→ **WORK TO BE COMPLETED**
Each line in the records below, from the one that contains "#90=CIRCLE('',#89,1.5);" to the one that contains "#100=CARTESIAN_POINT('',(15.5,0.,0.));", should be reproduced exactly, the first and last included.

[Dataset items]
•••••
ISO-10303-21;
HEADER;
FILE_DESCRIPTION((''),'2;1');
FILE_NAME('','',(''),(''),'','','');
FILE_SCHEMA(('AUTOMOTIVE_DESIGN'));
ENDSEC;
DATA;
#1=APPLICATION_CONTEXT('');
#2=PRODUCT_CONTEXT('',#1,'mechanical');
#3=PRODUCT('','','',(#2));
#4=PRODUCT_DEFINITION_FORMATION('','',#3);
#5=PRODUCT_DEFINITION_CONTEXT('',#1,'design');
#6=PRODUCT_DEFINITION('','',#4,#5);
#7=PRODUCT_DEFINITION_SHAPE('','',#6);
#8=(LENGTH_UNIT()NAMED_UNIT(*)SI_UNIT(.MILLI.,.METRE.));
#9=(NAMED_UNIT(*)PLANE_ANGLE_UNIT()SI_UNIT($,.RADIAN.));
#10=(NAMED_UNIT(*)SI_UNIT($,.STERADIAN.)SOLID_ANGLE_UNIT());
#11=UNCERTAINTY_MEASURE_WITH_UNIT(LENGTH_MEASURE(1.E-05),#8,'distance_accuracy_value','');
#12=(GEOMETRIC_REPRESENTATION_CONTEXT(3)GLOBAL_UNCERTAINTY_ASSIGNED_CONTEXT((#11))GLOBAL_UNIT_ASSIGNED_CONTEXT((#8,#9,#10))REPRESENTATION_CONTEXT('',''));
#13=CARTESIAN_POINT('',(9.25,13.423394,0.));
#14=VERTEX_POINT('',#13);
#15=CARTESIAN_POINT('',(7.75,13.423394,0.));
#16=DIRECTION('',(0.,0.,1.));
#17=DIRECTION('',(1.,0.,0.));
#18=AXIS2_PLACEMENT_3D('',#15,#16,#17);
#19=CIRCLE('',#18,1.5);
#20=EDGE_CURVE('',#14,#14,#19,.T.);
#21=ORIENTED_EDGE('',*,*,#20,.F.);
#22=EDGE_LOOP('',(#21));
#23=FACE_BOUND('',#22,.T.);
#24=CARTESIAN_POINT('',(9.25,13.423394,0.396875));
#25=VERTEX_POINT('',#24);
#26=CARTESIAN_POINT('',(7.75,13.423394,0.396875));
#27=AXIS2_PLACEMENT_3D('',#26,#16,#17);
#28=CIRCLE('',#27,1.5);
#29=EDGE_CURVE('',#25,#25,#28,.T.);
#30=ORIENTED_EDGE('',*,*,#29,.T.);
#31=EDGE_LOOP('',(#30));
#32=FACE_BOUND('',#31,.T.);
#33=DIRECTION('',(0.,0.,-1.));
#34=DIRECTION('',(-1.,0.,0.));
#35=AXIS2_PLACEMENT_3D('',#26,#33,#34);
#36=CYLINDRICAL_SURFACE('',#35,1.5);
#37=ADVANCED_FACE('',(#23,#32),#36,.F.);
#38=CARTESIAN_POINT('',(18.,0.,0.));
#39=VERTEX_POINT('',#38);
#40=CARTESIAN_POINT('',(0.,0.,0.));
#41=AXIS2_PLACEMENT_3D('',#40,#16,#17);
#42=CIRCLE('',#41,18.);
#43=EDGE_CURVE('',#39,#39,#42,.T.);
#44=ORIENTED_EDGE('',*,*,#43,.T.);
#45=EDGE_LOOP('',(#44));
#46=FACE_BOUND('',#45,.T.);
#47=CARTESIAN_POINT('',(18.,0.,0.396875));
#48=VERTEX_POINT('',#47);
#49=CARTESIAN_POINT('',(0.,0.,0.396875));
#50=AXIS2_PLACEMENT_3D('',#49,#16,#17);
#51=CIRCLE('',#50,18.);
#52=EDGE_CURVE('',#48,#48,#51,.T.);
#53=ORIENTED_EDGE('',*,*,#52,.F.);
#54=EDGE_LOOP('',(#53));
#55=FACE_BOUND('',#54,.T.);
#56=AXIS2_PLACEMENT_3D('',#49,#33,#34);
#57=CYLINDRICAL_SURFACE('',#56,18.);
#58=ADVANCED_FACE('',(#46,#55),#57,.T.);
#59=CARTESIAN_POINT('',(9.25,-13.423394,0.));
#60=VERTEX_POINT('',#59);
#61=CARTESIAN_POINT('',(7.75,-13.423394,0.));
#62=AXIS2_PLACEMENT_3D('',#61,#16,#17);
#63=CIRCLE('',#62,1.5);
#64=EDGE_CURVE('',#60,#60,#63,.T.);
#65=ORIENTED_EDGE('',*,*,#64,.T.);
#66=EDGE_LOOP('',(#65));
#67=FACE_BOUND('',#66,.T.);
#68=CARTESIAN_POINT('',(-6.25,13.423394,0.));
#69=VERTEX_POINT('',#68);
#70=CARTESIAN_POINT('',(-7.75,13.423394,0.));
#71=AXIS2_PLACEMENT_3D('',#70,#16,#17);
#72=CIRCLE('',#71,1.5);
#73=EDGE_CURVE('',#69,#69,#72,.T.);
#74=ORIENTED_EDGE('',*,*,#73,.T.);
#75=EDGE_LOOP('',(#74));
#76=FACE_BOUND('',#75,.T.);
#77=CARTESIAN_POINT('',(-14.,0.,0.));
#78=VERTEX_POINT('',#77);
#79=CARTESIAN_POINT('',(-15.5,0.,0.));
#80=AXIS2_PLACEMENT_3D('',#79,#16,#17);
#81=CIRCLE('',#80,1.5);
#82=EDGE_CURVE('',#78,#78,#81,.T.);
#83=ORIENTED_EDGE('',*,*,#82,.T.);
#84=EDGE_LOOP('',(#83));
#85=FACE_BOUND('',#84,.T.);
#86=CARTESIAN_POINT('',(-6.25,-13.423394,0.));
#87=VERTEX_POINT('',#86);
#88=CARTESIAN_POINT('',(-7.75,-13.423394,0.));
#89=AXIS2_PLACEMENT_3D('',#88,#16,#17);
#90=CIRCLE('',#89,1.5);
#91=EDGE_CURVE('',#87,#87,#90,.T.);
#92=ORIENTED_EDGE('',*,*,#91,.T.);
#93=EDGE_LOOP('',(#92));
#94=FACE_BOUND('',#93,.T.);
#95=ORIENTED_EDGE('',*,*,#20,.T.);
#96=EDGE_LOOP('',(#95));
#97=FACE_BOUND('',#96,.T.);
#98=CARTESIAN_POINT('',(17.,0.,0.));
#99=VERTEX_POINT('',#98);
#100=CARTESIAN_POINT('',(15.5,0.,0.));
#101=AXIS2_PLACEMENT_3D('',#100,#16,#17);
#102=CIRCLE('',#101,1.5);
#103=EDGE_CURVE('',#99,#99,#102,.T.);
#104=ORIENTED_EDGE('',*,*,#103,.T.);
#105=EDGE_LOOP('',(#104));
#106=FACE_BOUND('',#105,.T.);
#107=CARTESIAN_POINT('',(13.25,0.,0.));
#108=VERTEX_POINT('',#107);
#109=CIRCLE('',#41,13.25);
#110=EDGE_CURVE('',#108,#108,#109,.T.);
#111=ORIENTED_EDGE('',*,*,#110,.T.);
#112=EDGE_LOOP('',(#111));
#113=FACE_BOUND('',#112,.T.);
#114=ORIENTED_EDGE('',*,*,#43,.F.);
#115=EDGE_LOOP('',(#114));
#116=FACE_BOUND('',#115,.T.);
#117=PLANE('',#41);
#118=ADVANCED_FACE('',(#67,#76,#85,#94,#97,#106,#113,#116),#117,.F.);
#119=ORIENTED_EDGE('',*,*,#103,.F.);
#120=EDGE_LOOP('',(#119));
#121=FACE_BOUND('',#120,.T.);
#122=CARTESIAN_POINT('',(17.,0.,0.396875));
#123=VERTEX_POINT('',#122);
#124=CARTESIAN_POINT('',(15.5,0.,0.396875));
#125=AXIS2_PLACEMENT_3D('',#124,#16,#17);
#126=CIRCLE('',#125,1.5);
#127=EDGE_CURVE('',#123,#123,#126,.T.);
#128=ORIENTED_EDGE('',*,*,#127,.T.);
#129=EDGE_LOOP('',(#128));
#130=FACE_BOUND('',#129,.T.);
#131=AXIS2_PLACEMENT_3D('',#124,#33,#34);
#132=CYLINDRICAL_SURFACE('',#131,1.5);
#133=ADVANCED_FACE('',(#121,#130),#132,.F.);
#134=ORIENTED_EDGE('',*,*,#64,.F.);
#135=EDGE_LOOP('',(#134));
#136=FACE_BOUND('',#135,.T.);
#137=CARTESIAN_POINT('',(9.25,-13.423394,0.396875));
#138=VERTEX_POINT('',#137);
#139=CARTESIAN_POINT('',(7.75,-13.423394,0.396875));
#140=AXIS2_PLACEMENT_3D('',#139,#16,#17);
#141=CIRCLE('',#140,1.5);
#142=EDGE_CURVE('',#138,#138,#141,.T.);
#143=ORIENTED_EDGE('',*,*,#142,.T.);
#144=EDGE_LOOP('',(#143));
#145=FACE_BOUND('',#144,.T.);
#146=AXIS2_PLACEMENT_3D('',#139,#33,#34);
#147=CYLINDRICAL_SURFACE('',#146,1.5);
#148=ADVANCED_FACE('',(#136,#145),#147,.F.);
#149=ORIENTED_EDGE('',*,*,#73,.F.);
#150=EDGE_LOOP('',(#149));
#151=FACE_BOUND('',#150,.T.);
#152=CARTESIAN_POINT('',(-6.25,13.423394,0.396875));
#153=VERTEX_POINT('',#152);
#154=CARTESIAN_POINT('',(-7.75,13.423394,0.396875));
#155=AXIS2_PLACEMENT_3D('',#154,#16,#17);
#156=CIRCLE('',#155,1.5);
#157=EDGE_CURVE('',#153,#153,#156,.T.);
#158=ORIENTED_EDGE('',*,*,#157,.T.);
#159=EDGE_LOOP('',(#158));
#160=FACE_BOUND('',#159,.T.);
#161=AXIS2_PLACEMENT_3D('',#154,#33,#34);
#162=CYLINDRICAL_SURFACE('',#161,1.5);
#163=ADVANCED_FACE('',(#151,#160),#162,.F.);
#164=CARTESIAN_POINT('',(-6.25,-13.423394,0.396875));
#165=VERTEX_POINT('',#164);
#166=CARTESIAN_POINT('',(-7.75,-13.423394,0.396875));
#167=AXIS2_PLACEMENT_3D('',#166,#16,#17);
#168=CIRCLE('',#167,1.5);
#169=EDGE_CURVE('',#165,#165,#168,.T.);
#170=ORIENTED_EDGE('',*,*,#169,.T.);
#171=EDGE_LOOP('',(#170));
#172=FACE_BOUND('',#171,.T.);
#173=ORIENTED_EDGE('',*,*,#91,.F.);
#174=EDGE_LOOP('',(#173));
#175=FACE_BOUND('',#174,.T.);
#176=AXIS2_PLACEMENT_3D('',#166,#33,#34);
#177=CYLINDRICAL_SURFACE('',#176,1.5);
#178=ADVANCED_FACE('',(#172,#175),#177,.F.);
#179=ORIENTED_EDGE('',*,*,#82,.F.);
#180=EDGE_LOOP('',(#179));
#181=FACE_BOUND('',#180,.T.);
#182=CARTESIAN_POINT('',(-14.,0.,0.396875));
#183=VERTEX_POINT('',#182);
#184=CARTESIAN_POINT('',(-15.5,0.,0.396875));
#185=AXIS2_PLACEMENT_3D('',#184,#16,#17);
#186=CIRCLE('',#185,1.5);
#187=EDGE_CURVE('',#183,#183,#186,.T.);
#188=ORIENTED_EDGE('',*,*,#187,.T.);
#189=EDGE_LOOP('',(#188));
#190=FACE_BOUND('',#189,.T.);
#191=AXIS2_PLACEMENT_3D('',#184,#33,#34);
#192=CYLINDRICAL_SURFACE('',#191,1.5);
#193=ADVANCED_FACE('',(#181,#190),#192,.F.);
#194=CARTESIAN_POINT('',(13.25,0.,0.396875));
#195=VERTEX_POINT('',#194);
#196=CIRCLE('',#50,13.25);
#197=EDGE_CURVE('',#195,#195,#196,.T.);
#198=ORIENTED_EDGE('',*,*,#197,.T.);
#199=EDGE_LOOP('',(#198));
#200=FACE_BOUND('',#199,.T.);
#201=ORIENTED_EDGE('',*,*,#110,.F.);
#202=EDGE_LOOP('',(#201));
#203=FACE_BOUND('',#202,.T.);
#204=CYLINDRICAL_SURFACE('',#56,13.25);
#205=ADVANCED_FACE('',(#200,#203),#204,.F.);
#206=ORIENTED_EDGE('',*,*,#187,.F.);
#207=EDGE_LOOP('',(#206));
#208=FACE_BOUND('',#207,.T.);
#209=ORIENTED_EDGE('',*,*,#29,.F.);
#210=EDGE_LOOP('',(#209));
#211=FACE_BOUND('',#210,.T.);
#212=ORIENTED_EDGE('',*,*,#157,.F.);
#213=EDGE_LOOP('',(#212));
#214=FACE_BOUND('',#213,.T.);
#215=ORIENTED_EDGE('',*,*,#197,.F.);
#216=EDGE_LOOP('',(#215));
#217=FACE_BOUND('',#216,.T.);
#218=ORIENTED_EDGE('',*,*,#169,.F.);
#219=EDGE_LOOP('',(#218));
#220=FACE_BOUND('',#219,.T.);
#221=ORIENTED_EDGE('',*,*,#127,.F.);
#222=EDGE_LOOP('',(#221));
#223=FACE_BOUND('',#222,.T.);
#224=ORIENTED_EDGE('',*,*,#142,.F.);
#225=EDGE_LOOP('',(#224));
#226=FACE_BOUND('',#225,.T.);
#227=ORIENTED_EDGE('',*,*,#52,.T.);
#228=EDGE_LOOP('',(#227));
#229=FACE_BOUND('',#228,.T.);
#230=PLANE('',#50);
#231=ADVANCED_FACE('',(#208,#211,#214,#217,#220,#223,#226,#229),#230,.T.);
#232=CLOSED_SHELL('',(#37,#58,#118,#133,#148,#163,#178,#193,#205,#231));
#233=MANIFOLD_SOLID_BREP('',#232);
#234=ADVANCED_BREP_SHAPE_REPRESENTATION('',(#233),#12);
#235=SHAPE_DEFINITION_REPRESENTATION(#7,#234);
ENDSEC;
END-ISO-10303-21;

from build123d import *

# Parameters (mm, degrees)
SKETCH1_R           = 18
SKETCH1_R_2         = 1.5
SKETCH1_R_3         = 13.25
BOSS_EXTRUDE1_DEPTH = 0.396875


with BuildPart() as part:
    # Sketch1 → Boss-Extrude1 (new body)
    with BuildSketch(Plane.XY):
        Circle(SKETCH1_R)
        with Locations((-15.5, 0)):
            Circle(SKETCH1_R_2, mode=Mode.SUBTRACT)
        with Locations((-7.75, 13.423393759)):
            Circle(SKETCH1_R_2, mode=Mode.SUBTRACT)
        with Locations((7.75, 13.423393759)):
            Circle(SKETCH1_R_2, mode=Mode.SUBTRACT)
        with Locations((15.5, 0)):
            Circle(SKETCH1_R_2, mode=Mode.SUBTRACT)
        with Locations((7.75, -13.423393759)):
            Circle(SKETCH1_R_2, mode=Mode.SUBTRACT)
        with Locations((-7.75, -13.423393759)):
            Circle(SKETCH1_R_2, mode=Mode.SUBTRACT)
        Circle(SKETCH1_R_3, mode=Mode.SUBTRACT)
    extrude(amount=BOSS_EXTRUDE1_DEPTH)


solid = part.part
•••••
→ **EXPECTED OUTPUT**
#90=CIRCLE('',#89,1.5);
#91=EDGE_CURVE('',#87,#87,#90,.T.);
#92=ORIENTED_EDGE('',*,*,#91,.T.);
#93=EDGE_LOOP('',(#92));
#94=FACE_BOUND('',#93,.T.);
#95=ORIENTED_EDGE('',*,*,#20,.T.);
#96=EDGE_LOOP('',(#95));
#97=FACE_BOUND('',#96,.T.);
#98=CARTESIAN_POINT('',(17.,0.,0.));
#99=VERTEX_POINT('',#98);
#100=CARTESIAN_POINT('',(15.5,0.,0.));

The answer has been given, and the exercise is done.